Interestingly, the blocks do not continue to increase in number over time. Depending on the configuration options set for Prometheus, blocks can be merged or deleted according to retention policies. Two options related to this include the — storage.tsdb.min-block-duration option, which refers to the time window for data stored in one block, and the — storage.tsdb.max-block-duration option, which refers to the maximum time window that can be stored in one block. The default value is set to 10% of the block retention time set by the — storage.tsdb.retention.time option.

When provisioning Prometheus, determining the amount of memory and storage capacity to allocate is the most critical decision to make. Initially, it is difficult to estimate the exact capacity required, as it depends on the size of each data sample, the number of scrapes, and the label cardinality. This task is made more challenging by the fact that while Prometheus configuration can control targets, Kubernetes allows scraping through annotations, making it difficult to visualize the number of scrapes at a glance.

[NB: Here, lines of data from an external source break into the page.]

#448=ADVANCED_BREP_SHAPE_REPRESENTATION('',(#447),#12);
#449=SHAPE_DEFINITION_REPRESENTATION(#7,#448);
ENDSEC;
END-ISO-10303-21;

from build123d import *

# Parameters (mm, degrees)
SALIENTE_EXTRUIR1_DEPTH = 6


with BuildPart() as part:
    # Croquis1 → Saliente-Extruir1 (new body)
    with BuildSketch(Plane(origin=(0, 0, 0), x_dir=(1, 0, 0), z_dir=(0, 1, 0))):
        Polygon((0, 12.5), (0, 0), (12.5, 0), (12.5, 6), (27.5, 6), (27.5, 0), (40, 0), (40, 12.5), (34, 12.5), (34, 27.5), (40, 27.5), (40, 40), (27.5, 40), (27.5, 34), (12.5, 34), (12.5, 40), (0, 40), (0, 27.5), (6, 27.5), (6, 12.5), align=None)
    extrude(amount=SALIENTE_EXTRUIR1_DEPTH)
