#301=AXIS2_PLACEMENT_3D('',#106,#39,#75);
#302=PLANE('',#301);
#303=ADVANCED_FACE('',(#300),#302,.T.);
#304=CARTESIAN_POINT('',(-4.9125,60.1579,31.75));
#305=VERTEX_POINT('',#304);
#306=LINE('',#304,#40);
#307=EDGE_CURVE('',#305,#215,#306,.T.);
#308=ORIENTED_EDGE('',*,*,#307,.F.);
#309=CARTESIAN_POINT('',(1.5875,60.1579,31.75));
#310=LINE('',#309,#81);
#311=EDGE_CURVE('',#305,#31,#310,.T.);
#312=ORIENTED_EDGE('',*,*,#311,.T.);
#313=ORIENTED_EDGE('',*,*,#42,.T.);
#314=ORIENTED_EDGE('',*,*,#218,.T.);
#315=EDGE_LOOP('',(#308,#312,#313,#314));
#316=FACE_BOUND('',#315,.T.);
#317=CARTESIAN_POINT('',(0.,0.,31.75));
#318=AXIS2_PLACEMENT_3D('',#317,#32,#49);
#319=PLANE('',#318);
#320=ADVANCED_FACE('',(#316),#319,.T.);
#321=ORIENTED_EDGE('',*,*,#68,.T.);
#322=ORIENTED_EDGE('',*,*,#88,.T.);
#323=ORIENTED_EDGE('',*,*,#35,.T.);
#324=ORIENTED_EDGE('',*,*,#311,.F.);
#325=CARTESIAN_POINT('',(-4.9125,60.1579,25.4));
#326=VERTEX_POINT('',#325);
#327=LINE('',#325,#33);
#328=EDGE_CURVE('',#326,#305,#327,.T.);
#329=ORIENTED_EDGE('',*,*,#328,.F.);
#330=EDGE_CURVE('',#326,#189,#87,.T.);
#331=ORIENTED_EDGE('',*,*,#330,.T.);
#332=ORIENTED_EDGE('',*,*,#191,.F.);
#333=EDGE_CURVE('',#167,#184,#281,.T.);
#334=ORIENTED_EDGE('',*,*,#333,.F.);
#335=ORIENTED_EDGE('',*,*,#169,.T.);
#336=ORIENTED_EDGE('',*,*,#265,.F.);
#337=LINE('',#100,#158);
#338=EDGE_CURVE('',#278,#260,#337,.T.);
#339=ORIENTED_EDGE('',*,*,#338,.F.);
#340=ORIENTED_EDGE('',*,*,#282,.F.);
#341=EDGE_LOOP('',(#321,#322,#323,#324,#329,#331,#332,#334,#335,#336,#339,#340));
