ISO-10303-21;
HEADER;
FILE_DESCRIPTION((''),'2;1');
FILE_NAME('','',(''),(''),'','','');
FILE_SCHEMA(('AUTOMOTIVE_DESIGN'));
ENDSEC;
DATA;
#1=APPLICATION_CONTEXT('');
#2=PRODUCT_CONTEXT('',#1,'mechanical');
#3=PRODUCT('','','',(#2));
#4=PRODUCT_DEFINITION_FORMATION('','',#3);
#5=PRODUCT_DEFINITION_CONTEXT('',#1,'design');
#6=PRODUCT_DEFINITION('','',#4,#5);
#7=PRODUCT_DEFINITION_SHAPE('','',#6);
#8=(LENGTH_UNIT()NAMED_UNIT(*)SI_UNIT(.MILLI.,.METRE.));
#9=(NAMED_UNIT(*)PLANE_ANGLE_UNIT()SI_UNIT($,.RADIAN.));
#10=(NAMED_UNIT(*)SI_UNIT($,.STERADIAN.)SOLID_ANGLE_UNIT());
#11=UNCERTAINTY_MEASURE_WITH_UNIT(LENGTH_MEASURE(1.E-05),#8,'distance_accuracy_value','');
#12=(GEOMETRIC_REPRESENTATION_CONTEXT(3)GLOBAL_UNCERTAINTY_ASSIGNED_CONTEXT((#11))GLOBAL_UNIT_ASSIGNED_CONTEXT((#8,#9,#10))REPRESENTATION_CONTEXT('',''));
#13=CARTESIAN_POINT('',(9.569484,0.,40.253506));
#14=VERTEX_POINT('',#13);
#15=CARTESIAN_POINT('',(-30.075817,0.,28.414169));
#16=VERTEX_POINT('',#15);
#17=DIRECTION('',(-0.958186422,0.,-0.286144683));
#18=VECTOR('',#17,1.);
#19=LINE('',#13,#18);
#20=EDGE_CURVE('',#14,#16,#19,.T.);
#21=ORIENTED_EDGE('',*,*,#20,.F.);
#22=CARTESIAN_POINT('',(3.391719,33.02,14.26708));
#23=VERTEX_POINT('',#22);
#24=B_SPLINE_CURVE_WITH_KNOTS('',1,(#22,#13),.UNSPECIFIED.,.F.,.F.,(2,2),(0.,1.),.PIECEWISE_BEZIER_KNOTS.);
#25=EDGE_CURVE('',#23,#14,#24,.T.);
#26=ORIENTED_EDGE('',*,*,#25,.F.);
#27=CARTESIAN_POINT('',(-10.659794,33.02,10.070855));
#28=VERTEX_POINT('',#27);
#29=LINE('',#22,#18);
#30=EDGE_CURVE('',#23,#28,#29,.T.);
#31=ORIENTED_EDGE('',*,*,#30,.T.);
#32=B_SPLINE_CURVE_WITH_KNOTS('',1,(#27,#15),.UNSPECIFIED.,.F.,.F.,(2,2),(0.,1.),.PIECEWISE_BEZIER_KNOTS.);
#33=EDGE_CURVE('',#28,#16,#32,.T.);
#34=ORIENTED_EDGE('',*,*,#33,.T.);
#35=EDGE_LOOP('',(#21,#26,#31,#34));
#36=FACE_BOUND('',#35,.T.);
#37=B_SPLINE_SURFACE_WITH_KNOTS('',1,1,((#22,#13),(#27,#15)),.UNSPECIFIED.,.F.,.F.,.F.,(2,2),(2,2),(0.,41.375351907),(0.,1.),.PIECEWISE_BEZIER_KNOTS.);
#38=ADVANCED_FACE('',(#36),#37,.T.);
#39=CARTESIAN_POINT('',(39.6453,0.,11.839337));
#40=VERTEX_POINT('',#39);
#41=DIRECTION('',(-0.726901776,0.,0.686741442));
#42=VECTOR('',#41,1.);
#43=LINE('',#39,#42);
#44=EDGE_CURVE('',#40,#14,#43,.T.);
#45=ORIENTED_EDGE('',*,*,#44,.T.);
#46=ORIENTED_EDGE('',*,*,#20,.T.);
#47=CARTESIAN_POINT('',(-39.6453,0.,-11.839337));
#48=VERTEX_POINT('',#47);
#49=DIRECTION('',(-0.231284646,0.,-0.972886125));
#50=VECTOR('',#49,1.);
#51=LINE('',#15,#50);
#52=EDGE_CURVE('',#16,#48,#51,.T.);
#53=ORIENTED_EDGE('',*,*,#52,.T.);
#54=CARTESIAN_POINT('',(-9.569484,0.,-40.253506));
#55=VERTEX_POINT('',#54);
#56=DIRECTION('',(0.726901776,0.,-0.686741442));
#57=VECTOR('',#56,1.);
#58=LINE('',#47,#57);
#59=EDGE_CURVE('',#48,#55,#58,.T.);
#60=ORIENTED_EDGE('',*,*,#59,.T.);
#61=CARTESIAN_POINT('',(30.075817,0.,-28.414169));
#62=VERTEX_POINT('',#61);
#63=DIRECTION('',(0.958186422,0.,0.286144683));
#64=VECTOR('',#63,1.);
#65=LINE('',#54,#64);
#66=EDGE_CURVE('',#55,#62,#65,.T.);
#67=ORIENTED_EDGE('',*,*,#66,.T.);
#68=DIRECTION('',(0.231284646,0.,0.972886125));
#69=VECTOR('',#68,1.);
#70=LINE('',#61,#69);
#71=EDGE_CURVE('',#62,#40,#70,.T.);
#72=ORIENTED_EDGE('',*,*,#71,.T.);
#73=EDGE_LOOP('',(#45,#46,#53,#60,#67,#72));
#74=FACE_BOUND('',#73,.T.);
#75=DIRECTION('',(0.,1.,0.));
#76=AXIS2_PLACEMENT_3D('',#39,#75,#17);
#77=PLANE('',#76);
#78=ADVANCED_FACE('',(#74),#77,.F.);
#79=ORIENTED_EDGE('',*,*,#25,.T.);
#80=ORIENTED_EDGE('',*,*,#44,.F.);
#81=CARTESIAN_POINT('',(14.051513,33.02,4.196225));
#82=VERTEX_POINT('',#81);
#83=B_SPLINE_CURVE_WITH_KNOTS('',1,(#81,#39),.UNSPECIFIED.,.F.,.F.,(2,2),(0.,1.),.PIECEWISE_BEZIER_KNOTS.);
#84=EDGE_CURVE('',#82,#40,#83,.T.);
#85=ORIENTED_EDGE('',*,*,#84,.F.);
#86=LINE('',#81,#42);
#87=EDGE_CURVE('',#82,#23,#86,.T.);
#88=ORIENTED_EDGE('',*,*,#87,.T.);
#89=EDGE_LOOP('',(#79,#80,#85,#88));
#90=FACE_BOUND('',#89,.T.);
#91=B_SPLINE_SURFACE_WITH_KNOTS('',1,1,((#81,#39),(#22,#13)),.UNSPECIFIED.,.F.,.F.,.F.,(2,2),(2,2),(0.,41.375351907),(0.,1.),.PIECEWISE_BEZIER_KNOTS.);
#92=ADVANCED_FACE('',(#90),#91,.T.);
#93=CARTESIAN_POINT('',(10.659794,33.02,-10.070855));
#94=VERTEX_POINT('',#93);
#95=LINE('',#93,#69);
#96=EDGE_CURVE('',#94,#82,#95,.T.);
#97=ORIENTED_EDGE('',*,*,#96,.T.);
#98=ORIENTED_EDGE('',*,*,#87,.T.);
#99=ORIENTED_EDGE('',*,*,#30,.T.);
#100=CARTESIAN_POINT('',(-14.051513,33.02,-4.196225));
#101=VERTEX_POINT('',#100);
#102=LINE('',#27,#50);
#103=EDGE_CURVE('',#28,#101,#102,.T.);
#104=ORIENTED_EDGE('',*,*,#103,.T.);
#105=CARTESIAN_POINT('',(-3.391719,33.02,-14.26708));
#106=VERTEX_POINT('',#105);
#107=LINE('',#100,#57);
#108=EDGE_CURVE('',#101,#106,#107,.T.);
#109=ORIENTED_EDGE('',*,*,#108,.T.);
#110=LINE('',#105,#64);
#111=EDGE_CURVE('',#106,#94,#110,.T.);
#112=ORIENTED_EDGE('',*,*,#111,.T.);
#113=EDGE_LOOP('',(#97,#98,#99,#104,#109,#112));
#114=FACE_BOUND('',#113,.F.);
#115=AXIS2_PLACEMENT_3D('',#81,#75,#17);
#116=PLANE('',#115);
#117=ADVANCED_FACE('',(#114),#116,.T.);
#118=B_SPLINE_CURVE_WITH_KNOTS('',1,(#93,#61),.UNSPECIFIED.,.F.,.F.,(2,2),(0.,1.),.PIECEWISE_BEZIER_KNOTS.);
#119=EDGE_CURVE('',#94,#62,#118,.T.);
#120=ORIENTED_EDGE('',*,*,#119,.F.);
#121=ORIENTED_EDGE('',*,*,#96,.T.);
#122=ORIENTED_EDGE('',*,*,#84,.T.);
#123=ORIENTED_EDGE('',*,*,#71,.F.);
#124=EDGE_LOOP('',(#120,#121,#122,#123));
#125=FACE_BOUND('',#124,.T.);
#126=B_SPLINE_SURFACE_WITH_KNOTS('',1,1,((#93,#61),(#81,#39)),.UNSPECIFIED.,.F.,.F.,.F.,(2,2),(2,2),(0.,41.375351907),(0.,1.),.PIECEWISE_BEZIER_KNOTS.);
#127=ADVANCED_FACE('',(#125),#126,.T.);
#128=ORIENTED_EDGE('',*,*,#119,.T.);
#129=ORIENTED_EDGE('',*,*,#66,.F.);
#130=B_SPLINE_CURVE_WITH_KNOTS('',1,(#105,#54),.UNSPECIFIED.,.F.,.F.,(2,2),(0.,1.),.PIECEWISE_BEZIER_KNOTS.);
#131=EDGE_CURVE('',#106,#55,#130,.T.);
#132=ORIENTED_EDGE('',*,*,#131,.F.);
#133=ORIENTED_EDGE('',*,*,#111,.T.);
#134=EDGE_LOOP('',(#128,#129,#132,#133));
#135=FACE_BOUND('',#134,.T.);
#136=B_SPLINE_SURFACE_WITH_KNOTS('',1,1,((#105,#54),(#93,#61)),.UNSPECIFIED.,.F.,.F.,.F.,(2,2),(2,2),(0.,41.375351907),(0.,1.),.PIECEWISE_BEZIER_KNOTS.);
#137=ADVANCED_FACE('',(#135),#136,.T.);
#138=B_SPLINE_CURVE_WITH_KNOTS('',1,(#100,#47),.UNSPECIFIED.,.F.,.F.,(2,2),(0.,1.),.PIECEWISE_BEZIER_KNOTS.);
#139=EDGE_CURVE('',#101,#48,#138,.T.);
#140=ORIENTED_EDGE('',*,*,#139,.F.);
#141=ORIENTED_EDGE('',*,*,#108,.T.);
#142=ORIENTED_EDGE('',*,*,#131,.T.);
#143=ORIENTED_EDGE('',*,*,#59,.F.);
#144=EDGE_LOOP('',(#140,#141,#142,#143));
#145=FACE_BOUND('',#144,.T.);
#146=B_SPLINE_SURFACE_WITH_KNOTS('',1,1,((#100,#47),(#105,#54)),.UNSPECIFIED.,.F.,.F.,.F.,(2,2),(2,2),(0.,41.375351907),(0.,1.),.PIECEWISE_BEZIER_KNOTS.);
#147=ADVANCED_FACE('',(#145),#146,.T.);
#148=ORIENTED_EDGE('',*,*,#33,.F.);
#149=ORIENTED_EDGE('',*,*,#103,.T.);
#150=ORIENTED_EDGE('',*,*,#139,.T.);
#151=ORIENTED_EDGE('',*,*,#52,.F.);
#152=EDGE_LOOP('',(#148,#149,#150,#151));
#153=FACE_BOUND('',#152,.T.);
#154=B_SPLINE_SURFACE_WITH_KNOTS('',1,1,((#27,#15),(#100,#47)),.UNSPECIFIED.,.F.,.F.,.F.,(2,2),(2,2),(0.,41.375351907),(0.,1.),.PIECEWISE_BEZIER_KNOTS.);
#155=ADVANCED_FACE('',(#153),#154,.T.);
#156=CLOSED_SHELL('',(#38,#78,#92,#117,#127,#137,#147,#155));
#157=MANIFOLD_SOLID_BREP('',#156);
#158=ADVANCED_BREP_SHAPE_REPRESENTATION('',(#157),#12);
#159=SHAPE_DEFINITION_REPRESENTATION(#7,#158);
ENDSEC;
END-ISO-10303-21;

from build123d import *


with BuildPart() as f3:
    # F2 (on offset) → F3 section 0
    with BuildSketch(Plane.XZ.offset(-33.02)):
        Polygon((14.0515133994, 4.1962250321), (3.3917192219, 14.2670800815), (-10.6597941775, 10.0708550494), (-14.0515133994, -4.1962250321), (-3.3917192219, -14.2670800815), (10.6597941775, -10.0708550494), align=None)
    # F0 (on Front) → F3 section 1
    with BuildSketch(Plane.XZ):
        Polygon((39.6453004225, 11.8393369674), (9.5694836335, 40.2535057903), (-30.075816789, 28.4141688228), (-39.6453004225, -11.8393369674), (-9.5694836335, -40.2535057903), (30.075816789, -28.4141688228), align=None)
    loft()


solid = f3.part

However, once an estimate is made, Prometheus’ memory requirements can be roughly calculated using robust perception, which also considers the Head Block data residing in memory in addition to reading chunk block data through mmap. Therefore, it is generally recommended to allocate a large amount of memory. If memory usage leads to an OOM error, sharding using hashmod may be considered.

Required Capacity = Retention Time * Data Ingestion Rate per Second * Data Size per Ingestion (usually 10–30kb) — Prometheus Official Documentation


The second tool, on the other hand, is a visualization tool that lets users make dashboards and charts based on the data stored in Prometheus, but it is not limited to a single data source. Grafana is frequently utilized in conjunction with Prometheus, where the major feature is creating informative dashboards that display real-time metrics data in graphs, charts, and tables.

Using them together, they provide a comprehensive solution for monitoring and analyzing real-time data in a microservices environment, covering the entire end-to-end process. Prometheus can effortlessly store and collect vast amounts of data, while Grafana enables easy visualization and analysis of the data provided by Prometheus. This approach enables quick identification of trends and anomalies and prompts action to resolve issues. Prometheus provides its own /metrics endpoint, which can be used to collect important metrics indicating the proper functioning of Prometheus. This endpoint allows access to metrics such as block creation/truncation, which are valuable metrics to monitor. Once understood, these metrics can be visualized in Grafana for further analysis and observation.

In addition to the primary capabilities, both tools offer numerous other features, like in-built alerting mechanisms that enable users to set rules triggering notifications when particular conditions are met. Grafana has rich plugins/themes developed and went open by other fellow DevOps that allow users to broaden its functionalities and integrate it with other tools and services.